Collected data entries ::
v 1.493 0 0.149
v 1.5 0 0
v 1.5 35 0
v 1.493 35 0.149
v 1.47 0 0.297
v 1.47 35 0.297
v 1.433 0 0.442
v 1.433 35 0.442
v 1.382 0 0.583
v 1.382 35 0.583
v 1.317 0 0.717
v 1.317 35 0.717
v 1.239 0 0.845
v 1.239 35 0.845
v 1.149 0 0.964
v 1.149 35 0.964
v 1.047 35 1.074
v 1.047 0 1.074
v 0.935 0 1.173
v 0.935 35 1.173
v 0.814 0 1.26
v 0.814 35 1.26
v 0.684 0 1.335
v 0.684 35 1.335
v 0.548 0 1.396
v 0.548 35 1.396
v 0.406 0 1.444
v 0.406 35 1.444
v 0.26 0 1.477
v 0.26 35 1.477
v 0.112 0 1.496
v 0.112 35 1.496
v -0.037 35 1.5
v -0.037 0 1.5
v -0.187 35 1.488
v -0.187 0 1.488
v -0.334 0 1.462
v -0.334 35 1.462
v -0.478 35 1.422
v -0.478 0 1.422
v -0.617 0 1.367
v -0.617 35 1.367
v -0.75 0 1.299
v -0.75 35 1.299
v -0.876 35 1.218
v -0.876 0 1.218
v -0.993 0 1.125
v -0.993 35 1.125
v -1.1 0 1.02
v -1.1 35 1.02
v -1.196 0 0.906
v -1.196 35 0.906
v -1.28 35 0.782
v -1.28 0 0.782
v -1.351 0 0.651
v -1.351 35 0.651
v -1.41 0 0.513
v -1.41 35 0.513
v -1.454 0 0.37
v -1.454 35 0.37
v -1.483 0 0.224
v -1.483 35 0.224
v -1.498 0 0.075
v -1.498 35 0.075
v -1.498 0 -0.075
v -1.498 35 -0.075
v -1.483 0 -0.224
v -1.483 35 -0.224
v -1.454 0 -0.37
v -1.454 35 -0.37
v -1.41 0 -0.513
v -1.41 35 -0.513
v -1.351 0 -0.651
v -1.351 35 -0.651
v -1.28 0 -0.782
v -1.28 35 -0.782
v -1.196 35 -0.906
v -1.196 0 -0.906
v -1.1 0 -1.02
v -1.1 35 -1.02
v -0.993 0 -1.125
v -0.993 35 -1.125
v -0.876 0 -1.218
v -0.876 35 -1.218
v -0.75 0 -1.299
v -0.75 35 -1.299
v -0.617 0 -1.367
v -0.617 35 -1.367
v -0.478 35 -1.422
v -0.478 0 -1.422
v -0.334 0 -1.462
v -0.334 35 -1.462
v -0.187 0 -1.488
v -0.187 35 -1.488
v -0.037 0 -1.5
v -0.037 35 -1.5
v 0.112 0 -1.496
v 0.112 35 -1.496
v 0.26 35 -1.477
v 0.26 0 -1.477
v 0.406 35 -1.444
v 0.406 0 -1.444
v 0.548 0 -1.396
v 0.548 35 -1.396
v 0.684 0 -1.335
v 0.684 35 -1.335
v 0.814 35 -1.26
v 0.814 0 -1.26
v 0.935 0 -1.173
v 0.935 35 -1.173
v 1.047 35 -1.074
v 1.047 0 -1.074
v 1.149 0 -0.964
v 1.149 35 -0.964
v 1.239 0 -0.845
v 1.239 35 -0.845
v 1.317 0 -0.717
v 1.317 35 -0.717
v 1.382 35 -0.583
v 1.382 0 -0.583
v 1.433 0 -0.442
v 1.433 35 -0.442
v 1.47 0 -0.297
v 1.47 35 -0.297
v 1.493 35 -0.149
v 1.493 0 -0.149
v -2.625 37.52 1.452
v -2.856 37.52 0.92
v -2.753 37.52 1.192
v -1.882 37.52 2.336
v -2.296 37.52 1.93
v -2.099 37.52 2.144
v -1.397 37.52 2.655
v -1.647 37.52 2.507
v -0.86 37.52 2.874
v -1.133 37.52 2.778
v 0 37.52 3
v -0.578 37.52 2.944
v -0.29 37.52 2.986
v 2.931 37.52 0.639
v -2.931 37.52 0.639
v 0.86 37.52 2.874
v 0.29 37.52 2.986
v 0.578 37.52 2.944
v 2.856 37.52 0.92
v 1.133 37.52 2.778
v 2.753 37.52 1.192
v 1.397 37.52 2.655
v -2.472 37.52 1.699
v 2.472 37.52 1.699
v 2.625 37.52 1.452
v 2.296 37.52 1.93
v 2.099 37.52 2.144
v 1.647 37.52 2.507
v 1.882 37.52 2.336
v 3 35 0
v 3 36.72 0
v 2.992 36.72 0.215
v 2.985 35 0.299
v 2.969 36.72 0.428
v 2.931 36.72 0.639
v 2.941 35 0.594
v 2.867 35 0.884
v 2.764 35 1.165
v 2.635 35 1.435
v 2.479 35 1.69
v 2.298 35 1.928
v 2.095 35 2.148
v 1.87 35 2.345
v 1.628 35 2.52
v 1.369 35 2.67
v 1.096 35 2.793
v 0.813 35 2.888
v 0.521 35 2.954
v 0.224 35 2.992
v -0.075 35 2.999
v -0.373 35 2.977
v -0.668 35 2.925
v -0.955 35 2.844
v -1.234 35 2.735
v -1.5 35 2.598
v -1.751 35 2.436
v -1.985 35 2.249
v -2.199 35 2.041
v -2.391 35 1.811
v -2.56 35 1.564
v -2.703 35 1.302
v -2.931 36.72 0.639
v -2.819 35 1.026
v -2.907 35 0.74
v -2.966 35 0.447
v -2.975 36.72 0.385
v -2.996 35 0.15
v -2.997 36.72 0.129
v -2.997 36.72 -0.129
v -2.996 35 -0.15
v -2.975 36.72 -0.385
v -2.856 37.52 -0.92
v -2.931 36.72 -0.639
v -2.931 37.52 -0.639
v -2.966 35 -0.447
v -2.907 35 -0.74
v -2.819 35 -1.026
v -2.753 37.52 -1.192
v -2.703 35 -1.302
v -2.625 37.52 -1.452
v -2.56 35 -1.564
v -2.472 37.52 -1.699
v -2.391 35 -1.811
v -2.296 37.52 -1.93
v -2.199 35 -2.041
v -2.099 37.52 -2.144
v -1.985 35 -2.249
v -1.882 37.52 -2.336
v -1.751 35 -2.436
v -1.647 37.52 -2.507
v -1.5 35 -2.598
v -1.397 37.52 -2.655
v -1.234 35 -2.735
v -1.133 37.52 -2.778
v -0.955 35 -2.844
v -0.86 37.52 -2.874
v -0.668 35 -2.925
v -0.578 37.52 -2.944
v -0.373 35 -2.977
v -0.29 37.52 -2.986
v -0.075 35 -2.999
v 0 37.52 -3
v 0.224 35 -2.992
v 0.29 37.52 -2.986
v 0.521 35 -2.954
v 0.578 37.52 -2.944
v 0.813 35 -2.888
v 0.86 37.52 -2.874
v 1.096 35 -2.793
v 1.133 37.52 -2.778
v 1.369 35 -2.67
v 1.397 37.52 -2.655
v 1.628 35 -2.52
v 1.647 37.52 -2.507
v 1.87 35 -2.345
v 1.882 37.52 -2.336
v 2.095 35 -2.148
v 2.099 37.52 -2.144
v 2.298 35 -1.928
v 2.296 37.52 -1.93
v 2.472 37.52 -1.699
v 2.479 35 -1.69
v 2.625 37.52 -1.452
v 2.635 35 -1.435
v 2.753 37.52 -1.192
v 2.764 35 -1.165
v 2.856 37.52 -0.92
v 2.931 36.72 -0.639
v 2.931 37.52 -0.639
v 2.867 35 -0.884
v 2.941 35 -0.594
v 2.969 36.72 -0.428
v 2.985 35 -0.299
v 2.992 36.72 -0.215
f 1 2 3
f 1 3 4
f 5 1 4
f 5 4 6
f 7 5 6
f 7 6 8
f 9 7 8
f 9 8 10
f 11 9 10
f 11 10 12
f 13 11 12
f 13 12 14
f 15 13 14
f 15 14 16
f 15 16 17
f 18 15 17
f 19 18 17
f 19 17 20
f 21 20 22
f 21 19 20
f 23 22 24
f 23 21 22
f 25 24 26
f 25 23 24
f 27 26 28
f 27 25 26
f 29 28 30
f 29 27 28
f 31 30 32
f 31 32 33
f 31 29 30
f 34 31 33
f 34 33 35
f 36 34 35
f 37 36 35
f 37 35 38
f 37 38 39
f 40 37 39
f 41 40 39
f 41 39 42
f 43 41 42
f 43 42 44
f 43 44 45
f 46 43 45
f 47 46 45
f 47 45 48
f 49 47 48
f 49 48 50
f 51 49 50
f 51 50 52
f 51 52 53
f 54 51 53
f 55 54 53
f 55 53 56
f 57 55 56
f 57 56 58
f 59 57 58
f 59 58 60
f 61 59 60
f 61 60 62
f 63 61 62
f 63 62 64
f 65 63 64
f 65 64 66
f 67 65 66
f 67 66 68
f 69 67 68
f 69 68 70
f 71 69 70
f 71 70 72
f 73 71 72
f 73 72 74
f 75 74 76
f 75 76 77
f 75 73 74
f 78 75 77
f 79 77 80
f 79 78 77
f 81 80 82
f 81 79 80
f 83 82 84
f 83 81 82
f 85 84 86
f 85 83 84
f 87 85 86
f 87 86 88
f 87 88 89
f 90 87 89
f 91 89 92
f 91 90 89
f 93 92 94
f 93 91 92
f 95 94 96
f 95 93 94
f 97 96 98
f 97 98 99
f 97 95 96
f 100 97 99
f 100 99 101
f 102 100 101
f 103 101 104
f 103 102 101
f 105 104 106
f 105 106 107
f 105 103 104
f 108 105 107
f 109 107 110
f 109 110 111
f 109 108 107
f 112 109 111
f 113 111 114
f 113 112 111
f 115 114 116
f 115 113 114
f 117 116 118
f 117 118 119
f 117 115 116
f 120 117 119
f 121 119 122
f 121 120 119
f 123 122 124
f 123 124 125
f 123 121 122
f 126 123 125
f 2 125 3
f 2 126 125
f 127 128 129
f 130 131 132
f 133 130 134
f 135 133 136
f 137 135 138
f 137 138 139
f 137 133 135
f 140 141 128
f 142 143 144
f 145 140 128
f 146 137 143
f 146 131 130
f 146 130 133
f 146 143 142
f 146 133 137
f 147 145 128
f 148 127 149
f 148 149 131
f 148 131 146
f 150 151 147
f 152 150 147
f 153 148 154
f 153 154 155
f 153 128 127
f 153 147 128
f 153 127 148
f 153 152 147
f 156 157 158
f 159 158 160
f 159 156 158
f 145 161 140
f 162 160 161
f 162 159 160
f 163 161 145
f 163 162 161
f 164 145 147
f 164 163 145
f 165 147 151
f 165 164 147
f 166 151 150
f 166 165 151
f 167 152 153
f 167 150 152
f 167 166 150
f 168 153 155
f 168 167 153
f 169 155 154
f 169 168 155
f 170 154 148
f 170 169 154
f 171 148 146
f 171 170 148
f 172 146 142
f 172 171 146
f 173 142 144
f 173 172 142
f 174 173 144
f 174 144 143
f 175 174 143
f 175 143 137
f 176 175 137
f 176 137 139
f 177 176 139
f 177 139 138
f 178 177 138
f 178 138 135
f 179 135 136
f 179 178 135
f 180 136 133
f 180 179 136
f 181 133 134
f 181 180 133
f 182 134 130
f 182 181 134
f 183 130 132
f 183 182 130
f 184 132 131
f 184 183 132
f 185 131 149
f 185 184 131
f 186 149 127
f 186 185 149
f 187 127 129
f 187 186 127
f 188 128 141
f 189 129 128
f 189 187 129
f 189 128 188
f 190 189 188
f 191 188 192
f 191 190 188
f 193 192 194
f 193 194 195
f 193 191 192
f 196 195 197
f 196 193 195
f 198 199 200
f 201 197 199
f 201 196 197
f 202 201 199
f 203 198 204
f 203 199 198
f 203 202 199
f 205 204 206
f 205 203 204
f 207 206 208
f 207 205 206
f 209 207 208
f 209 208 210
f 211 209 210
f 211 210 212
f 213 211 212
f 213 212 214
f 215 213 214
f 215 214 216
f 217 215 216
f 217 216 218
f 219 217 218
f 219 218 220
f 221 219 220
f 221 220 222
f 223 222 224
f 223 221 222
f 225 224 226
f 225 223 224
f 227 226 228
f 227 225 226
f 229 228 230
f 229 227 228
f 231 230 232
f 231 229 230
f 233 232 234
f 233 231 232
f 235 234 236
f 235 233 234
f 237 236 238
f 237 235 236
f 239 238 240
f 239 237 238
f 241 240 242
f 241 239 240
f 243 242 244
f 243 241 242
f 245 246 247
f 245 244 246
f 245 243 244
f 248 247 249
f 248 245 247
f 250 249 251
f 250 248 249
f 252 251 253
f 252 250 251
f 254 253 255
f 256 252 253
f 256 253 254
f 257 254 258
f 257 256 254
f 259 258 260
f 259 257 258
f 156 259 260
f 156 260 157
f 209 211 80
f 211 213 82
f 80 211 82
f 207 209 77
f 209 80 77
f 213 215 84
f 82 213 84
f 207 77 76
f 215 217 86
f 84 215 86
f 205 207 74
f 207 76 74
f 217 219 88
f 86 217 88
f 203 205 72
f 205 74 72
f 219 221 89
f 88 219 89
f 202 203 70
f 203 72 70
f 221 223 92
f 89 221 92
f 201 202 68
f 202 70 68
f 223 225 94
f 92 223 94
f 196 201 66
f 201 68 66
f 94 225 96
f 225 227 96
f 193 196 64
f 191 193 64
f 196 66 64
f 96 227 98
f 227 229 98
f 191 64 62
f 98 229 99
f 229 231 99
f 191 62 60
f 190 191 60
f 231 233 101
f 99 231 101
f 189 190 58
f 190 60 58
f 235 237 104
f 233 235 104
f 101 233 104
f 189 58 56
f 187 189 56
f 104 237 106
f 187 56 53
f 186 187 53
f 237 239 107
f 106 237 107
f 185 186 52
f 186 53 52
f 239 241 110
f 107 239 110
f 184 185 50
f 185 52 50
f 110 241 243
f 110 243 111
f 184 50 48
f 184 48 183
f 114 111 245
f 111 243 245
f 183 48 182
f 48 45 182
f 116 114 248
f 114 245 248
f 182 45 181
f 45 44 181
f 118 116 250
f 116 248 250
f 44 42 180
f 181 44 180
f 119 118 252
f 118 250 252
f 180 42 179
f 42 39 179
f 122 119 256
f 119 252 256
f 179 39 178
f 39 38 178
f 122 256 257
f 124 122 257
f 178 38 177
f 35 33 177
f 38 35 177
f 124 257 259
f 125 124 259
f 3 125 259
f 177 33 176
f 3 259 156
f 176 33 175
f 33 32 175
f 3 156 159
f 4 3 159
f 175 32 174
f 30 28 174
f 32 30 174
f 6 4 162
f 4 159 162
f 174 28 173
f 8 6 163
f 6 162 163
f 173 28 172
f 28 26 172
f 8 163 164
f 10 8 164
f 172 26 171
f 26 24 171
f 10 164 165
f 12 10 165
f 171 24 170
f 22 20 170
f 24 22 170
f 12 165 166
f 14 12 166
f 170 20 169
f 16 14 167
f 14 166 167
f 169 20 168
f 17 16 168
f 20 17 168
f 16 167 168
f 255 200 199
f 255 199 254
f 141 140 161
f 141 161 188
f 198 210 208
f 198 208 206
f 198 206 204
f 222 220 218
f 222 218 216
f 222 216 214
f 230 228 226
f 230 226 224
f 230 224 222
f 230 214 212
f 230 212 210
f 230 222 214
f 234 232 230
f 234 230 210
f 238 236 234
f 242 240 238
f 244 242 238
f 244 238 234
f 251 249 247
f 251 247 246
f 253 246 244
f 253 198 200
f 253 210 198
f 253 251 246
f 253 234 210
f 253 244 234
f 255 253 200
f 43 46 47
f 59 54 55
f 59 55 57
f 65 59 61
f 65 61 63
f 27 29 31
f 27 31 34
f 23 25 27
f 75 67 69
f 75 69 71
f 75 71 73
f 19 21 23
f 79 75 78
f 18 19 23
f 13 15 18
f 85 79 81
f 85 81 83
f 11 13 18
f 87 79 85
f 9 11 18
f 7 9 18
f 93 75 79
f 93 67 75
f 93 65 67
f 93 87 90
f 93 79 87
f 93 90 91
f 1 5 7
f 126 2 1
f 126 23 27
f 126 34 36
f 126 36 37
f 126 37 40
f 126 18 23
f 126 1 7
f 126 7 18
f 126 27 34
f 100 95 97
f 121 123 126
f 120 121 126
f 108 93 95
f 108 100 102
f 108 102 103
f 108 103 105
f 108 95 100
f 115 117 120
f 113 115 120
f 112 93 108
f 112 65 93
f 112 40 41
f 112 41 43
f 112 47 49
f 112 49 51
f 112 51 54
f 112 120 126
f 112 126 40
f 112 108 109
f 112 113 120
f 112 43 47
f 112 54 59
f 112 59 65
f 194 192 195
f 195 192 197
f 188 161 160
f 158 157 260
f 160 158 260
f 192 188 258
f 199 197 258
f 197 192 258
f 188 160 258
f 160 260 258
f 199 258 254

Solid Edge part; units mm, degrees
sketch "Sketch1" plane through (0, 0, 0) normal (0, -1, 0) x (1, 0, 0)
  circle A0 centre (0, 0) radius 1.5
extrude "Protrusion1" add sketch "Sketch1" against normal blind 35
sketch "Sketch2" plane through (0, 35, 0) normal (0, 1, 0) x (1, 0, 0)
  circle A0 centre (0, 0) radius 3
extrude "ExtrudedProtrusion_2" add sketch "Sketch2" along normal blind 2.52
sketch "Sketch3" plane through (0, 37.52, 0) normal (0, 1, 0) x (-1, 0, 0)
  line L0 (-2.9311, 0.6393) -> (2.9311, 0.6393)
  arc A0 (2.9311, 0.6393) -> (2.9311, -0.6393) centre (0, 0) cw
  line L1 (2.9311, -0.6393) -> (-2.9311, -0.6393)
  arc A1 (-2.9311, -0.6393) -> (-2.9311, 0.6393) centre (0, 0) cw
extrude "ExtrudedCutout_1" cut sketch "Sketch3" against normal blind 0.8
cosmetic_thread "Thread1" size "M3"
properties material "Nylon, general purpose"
---
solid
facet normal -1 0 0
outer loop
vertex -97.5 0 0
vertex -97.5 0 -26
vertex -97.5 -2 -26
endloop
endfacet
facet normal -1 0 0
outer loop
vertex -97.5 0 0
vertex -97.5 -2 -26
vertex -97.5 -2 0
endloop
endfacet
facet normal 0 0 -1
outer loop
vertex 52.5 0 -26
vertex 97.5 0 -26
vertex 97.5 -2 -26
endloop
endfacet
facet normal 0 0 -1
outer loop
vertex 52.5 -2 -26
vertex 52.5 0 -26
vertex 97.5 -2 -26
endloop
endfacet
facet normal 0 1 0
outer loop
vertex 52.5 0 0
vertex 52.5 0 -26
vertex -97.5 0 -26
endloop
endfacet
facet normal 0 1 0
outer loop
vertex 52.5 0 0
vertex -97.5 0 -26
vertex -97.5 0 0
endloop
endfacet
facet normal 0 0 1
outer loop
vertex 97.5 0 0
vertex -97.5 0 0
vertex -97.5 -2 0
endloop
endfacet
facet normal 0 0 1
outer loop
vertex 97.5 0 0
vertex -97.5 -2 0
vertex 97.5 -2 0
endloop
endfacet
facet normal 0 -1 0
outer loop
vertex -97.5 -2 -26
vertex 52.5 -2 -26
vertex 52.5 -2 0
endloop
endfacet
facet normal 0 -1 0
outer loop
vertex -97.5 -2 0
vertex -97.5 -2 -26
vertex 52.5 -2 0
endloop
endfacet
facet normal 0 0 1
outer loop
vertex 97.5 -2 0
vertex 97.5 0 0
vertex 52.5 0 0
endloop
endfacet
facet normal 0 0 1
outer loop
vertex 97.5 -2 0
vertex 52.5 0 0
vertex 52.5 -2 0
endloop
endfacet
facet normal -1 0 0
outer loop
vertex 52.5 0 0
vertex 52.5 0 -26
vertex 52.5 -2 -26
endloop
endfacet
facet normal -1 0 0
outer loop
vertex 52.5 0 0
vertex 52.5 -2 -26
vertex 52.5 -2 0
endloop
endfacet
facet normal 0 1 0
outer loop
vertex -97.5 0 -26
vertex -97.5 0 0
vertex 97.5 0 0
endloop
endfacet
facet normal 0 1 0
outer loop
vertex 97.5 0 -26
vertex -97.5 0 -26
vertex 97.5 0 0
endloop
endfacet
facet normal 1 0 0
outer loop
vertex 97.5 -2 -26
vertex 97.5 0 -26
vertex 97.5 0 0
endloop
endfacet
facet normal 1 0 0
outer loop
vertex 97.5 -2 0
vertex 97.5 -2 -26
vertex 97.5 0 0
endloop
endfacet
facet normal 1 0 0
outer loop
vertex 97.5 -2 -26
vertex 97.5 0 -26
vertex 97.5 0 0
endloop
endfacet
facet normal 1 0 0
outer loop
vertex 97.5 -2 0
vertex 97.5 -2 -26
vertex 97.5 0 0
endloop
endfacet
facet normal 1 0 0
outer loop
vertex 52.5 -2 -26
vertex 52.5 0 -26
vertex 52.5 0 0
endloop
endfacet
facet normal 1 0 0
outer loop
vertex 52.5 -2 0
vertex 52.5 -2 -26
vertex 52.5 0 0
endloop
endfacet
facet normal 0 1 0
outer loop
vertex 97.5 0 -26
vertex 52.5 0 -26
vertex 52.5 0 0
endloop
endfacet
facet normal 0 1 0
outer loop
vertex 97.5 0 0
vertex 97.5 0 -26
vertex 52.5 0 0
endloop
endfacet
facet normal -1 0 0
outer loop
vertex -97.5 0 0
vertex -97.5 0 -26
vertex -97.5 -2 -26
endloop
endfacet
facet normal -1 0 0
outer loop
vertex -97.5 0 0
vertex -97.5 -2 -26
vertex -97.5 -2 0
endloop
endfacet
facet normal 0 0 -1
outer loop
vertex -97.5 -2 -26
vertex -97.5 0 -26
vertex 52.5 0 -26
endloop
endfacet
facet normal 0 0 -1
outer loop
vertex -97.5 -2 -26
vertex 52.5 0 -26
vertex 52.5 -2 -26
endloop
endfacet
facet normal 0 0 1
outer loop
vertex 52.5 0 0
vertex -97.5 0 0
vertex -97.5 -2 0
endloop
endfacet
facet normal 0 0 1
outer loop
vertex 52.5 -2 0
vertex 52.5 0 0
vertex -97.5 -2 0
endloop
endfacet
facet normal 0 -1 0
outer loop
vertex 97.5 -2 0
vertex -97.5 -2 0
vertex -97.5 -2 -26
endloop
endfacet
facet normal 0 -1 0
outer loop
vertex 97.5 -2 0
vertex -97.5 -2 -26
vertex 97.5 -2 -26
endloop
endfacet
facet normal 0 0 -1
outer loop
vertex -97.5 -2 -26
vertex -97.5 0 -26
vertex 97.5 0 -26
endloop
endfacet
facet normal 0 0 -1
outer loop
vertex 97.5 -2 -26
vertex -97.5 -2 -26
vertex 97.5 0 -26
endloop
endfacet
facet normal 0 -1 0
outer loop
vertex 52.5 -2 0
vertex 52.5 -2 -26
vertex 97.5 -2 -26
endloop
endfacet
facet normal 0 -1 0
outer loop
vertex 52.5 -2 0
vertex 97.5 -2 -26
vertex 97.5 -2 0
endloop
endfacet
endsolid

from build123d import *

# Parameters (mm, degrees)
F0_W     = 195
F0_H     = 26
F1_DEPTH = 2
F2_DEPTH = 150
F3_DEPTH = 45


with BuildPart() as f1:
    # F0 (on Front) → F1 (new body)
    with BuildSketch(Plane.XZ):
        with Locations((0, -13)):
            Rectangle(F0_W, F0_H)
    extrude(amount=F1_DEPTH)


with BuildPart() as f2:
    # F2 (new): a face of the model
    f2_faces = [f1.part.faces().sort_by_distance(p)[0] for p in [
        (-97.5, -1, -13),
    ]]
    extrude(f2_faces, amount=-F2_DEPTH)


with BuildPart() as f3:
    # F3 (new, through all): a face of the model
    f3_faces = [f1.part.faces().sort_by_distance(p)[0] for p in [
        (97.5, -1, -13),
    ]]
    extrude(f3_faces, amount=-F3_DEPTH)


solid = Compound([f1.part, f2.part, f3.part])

DIRECTIONS ::
In the records above, find the line with "f 174 173 144"; write out exactly that line and each one after it, stopping after the line with "f 221 223 92".

SOLUTION ::
f 174 173 144
f 174 144 143
f 175 174 143
f 175 143 137
f 176 175 137
f 176 137 139
f 177 176 139
f 177 139 138
f 178 177 138
f 178 138 135
f 179 135 136
f 179 178 135
f 180 136 133
f 180 179 136
f 181 133 134
f 181 180 133
f 182 134 130
f 182 181 134
f 183 130 132
f 183 182 130
f 184 132 131
f 184 183 132
f 185 131 149
f 185 184 131
f 186 149 127
f 186 185 149
f 187 127 129
f 187 186 127
f 188 128 141
f 189 129 128
f 189 187 129
f 189 128 188
f 190 189 188
f 191 188 192
f 191 190 188
f 193 192 194
f 193 194 195
f 193 191 192
f 196 195 197
f 196 193 195
f 198 199 200
f 201 197 199
f 201 196 197
f 202 201 199
f 203 198 204
f 203 199 198
f 203 202 199
f 205 204 206
f 205 203 204
f 207 206 208
f 207 205 206
f 209 207 208
f 209 208 210
f 211 209 210
f 211 210 212
f 213 211 212
f 213 212 214
f 215 213 214
f 215 214 216
f 217 215 216
f 217 216 218
f 219 217 218
f 219 218 220
f 221 219 220
f 221 220 222
f 223 222 224
f 223 221 222
f 225 224 226
f 225 223 224
f 227 226 228
f 227 225 226
f 229 228 230
f 229 227 228
f 231 230 232
f 231 229 230
f 233 232 234
f 233 231 232
f 235 234 236
f 235 233 234
f 237 236 238
f 237 235 236
f 239 238 240
f 239 237 238
f 241 240 242
f 241 239 240
f 243 242 244
f 243 241 242
f 245 246 247
f 245 244 246
f 245 243 244
f 248 247 249
f 248 245 247
f 250 249 251
f 250 248 249
f 252 251 253
f 252 250 251
f 254 253 255
f 256 252 253
f 256 253 254
f 257 254 258
f 257 256 254
f 259 258 260
f 259 257 258
f 156 259 260
f 156 260 157
f 209 211 80
f 211 213 82
f 80 211 82
f 207 209 77
f 209 80 77
f 213 215 84
f 82 213 84
f 207 77 76
f 215 217 86
f 84 215 86
f 205 207 74
f 207 76 74
f 217 219 88
f 86 217 88
f 203 205 72
f 205 74 72
f 219 221 89
f 88 219 89
f 202 203 70
f 203 72 70
f 221 223 92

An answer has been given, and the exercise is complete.